À L’Hermine blanche – Kyra Dupont Troubetzkoy

Sacha a cinq ans lorsqu’elle chute brusquement d’un immeuble. Sa mère, Sophie Kniazky, une princesse russe malade d’amour, vient tout juste de décéder. Une idée germe, qu’on ose à peine formuler : et si la petite avait sauté ? Son entourage préfère enterrer ces drames trop complexes, tandis que Sacha voit s’éloigner le souvenir des jours heureux passés avec sa mère et Sam, l’amant de celle-ci. Il devient impossible de lui faire parler de sa tsarine au destin tragique, dont les mondains ont fait une icône. Mais à trente ans, l’âge exact auquel sa mère rendait l’âme, un verdict médical sans appel exhorte Sacha à sortir du silence. Si elle veut comprendre qui elle est, elle n’a d’autre choix que de partir sur les traces de Sophie, de son prestigieux nom de famille et de ses aïeux aux secrets inavouables, dont le monde s’est effondré avec la révolution bolchévique.
Un roman d’amour mêlant la grande et la petite histoire
Un conte intime devenu fresque romanesque
Un brin russe, un brin français

Franco-suisse, Kyra Dupont Troubetzkoy (1971) est d’abord grand reporter avant d’entamer de nombreuses collaborations en presse et en télévision en France, aux États-Unis et en Suisse. Elle quitte le journalisme en 2007 pour se lancer à plein temps dans l’écriture. Mariée et mère de deux enfants, elle vit pour l’instant à Dubaï.
En librairie le 6 octobre 2017

Les premières lignes
Ils étaient si proches d’être heureux. En somme, ils l’étaient. Tous les trois. Tous les trois, je, il, elle, réfugiés dans la zone confortable de l’enfance. Ils avaient laissé en bas la plaine et ses rumeurs. Sophie, et son Titi, et Sam formaient un cercle presque parfait. Percevaient des dangers que la présence bienveillante de la montagne amoindrissait. Là-haut, dans le petit nid de L’Hermine blanche, le temps s’écoulait vers un compte à rebours inconnu d’eux. Et chaque jour, à quelques détails près, bruissait la même musique du bonheur.
Gestes répétés. Sophie s’occupe du petit-déjeuner. Elle tient à organiser les repas et leur rythme inlassable, rassurant.
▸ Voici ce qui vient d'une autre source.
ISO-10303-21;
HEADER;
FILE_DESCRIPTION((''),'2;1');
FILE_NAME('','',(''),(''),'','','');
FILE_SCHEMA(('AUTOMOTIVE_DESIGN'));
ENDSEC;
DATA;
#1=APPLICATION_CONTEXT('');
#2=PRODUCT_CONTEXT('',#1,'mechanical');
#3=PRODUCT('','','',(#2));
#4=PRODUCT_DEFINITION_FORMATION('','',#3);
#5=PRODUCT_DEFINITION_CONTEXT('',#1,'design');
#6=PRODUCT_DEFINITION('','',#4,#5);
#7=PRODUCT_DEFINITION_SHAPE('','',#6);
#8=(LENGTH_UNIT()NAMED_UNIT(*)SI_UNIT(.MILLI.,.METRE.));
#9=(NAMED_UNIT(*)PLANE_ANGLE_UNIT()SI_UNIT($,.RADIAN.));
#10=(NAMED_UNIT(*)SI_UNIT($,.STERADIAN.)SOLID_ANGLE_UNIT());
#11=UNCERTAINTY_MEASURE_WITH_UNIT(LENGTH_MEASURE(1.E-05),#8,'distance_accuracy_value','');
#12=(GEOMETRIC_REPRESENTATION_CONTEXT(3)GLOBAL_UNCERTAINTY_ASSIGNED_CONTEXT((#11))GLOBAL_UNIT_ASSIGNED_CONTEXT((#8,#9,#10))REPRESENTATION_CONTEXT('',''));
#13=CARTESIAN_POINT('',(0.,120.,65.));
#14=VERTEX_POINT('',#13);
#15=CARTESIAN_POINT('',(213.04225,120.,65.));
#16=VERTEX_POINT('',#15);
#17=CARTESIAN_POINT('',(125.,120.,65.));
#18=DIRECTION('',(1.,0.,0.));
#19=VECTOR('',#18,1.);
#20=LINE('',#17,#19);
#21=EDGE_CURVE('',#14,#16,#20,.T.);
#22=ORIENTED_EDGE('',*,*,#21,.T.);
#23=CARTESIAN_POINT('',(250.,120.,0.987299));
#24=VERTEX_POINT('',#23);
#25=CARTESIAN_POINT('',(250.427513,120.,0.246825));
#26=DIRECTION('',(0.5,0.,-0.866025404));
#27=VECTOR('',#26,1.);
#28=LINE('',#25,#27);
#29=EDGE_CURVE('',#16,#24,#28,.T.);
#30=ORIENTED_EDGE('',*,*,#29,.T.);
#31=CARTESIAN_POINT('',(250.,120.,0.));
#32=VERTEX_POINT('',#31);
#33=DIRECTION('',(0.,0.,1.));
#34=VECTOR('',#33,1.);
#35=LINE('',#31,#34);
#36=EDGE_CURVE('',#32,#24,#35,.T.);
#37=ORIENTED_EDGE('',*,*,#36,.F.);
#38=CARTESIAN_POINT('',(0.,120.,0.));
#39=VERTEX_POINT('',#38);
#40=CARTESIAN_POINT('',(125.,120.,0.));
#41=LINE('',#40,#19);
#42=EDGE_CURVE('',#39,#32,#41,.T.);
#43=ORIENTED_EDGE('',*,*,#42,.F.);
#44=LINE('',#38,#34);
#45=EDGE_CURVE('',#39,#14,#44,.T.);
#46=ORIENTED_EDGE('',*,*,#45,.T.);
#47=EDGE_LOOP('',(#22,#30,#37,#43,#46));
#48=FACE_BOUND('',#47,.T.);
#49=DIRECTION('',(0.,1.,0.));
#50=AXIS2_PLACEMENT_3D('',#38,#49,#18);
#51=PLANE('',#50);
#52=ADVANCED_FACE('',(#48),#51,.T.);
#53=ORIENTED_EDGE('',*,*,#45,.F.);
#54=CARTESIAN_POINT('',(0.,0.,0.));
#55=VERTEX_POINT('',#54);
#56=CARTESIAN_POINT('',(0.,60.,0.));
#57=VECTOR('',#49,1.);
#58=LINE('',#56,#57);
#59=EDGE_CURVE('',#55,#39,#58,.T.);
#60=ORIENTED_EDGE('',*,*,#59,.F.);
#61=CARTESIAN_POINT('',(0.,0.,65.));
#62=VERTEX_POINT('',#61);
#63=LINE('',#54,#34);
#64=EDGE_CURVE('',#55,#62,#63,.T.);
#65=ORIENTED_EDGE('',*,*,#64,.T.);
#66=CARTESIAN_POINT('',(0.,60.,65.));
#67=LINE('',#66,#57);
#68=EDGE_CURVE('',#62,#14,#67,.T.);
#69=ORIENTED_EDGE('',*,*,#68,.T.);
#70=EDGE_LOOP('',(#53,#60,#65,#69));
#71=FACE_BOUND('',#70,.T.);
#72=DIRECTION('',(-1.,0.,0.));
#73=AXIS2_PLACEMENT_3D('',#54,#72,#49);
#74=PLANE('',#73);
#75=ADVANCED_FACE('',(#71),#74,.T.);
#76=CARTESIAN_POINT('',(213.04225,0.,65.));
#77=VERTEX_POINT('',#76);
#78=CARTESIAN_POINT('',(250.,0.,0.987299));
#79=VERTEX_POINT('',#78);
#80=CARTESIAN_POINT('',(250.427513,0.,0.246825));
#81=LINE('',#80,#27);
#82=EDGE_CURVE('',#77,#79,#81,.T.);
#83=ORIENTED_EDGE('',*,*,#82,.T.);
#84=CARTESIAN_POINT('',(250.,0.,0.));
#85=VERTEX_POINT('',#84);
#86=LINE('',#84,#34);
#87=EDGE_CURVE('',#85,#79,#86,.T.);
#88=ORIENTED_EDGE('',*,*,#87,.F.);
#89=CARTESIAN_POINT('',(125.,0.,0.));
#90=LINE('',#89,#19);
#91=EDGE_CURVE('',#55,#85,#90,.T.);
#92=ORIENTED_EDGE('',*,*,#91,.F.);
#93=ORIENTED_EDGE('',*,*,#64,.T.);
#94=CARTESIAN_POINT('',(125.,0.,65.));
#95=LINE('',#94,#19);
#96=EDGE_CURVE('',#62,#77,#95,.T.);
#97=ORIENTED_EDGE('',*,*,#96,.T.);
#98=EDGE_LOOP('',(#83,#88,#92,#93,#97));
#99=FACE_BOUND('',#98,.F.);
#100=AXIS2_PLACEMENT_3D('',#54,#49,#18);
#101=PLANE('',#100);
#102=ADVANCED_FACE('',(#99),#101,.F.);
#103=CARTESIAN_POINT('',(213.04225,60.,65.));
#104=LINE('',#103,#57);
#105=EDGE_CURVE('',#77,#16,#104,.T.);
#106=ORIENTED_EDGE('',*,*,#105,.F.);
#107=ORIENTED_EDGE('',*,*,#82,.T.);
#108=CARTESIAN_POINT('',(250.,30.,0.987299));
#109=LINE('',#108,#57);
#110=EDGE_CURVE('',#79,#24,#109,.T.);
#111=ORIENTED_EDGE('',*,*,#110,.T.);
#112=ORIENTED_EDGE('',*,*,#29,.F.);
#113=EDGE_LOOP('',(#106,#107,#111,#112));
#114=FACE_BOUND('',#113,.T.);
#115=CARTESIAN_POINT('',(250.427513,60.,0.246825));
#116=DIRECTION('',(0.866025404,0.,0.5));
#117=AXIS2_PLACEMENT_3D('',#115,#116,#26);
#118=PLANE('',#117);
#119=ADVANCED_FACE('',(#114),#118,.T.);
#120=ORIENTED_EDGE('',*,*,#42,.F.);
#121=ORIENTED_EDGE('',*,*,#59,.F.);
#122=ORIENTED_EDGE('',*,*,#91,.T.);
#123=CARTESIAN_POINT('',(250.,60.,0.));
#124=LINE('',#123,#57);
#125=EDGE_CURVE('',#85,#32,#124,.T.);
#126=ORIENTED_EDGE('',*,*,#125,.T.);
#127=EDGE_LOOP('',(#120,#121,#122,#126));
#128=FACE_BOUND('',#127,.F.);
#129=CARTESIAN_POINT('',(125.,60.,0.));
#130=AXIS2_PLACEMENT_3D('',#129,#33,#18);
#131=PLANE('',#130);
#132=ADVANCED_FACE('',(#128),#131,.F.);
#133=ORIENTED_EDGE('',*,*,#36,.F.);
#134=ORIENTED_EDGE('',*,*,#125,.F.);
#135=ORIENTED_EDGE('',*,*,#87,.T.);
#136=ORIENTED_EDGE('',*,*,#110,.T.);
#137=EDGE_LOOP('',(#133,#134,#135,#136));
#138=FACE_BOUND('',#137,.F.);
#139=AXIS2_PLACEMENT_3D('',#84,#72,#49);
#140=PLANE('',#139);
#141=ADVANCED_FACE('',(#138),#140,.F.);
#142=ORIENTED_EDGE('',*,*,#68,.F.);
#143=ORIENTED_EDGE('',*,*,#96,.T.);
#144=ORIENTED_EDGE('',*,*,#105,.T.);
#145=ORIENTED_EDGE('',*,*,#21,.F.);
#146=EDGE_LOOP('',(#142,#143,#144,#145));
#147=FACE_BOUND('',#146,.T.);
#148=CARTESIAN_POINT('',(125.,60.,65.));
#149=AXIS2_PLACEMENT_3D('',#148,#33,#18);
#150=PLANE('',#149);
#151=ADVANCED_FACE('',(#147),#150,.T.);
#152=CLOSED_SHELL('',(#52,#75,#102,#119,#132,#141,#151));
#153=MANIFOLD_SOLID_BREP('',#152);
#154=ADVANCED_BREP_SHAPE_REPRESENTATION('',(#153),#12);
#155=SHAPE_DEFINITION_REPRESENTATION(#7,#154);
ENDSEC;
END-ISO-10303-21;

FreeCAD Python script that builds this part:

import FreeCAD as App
import Part
import Sketcher

V = App.Vector
Q = App.Units.Quantity


def add_polygon(sketch, points):
    """Adds a closed chain of lines whose ends are joined by coincident constraints."""
    first, n = sketch.GeometryCount, len(points)
    for a, b in zip(points, points[1:] + points[:1]):
        sketch.addGeometry(Part.LineSegment(App.Vector(*a, 0), App.Vector(*b, 0)), False)
    for i in range(n):
        sketch.addConstraint(Sketcher.Constraint("Coincident", first + i, 2, first + (i + 1) % n, 1))

doc = App.newDocument("Part")
body = doc.addObject("PartDesign::Body", "Body")

# Sketch on XY plane
sketch1 = body.newObject("Sketcher::SketchObject", "Sketch")
sketch1.AttachmentSupport = (doc.getObject("XY_Plane"), [""])
sketch1.MapMode = "FlatFace"
add_polygon(sketch1, [(0, 120), (0, 0), (250, 0), (250, 120)])  # lines 0-3
sketch1.addConstraint([
    Sketcher.Constraint("Vertical", 0),
    Sketcher.Constraint("Horizontal", 1),
    Sketcher.Constraint("Vertical", 2),
    Sketcher.Constraint("Horizontal", 3),
    Sketcher.Constraint("Coincident", 0, 2, -1, 1),
    Sketcher.Constraint("DistanceX", 1, 1, 1, 2, Q("250 mm")),
    Sketcher.Constraint("DistanceY", 0, 2, 0, 1, Q("120 mm")),
])
pad1 = body.newObject("PartDesign::Pad", "Pad")
pad1.Profile = sketch1
pad1.Length = 65
body2 = doc.addObject("PartDesign::Body", "Body001")
doc.recompute()

body.Placement = App.Placement(V(187.927513, 0, 108.5), App.Rotation(V(0, 1, 0), 60))
boolean = body2.newObject("PartDesign::Boolean", "Boolean")
boolean.Type = "Fuse"
boolean.addObjects([body])
body3 = doc.addObject("PartDesign::Body", "Body002")

# Sketch on XY plane
sketch2 = body3.newObject("Sketcher::SketchObject", "Sketch001")
sketch2.AttachmentSupport = (doc.getObject("XY_Plane002"), [""])
sketch2.MapMode = "FlatFace"
add_polygon(sketch2, [(0, 120), (0, 0), (250, 0), (250, 120)])  # lines 0-3
sketch2.addConstraint([
    Sketcher.Constraint("Vertical", 0),
    Sketcher.Constraint("Horizontal", 1),
    Sketcher.Constraint("Vertical", 2),
    Sketcher.Constraint("Horizontal", 3),
    Sketcher.Constraint("Coincident", 0, 2, -1, 1),
    Sketcher.Constraint("DistanceX", 1, 1, 1, 2, Q("250 mm")),
    Sketcher.Constraint("DistanceY", 0, 2, 0, 1, Q("120 mm")),
])
pad2 = body3.newObject("PartDesign::Pad", "Pad001")
pad2.Profile = sketch2
pad2.Length = 65
doc.recompute()

boolean2 = body3.newObject("PartDesign::Boolean", "Boolean001")
boolean2.Type = "Cut"
boolean2.addObjects([body2])

doc.recompute()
Et puis, elle est un peu insomniaque, alors… Elle dispose les bols sur la table en pin, cling cling, y place les cuillères, fait crisser les pieds de la chaise sur le carrelage froid de l’hiver, attrape dans le tiroir le coquilleur à beurre, outil préféré de sa petite Titi. Il fait encore nuit dehors. Oui, il est tôt, ne pas faire trop de bruit. Titi et Sam dorment encore, je, il, êtres chers. Froufrou de la robe de chambre, odeur de café au lait. Elle s’assoit, rien ne presse. Tandis qu’elle racle la motte de beurre pour en faire des coquillettes, Sophie savoure ce moment entre nuit et jour où rien n’est encore joué. Trêve, moment de tous les possibles.
Que leur réserve la journée à venir ? Doucement l’aube approche, murmure à son oreille des promesses intemporelles. Dans la nuit qui s’étire encore, Sophie espère être à la hauteur de ses éternités. Tout à l’heure, elle emmènera Titi à la crèche. À genoux, à la hauteur de ses quatre ans, boutonner le petit manteau, croiser l’écharpe sur la poitrine, ajuster le bonnet sur les oreilles toujours froides, passer chaque petit doigt dans son écrin de laine. Gestes de maman, appliquée. Elle fait du mieux qu’elle peut. Doucement fermer la porte. Chut, il ne faut pas réveiller Sam. Complicité entre la petite et sa mère. Se retenir encore un peu et, sitôt franchie l’entrée de l’immeuble, s’élancer toutes les deux dans le petit matin froid.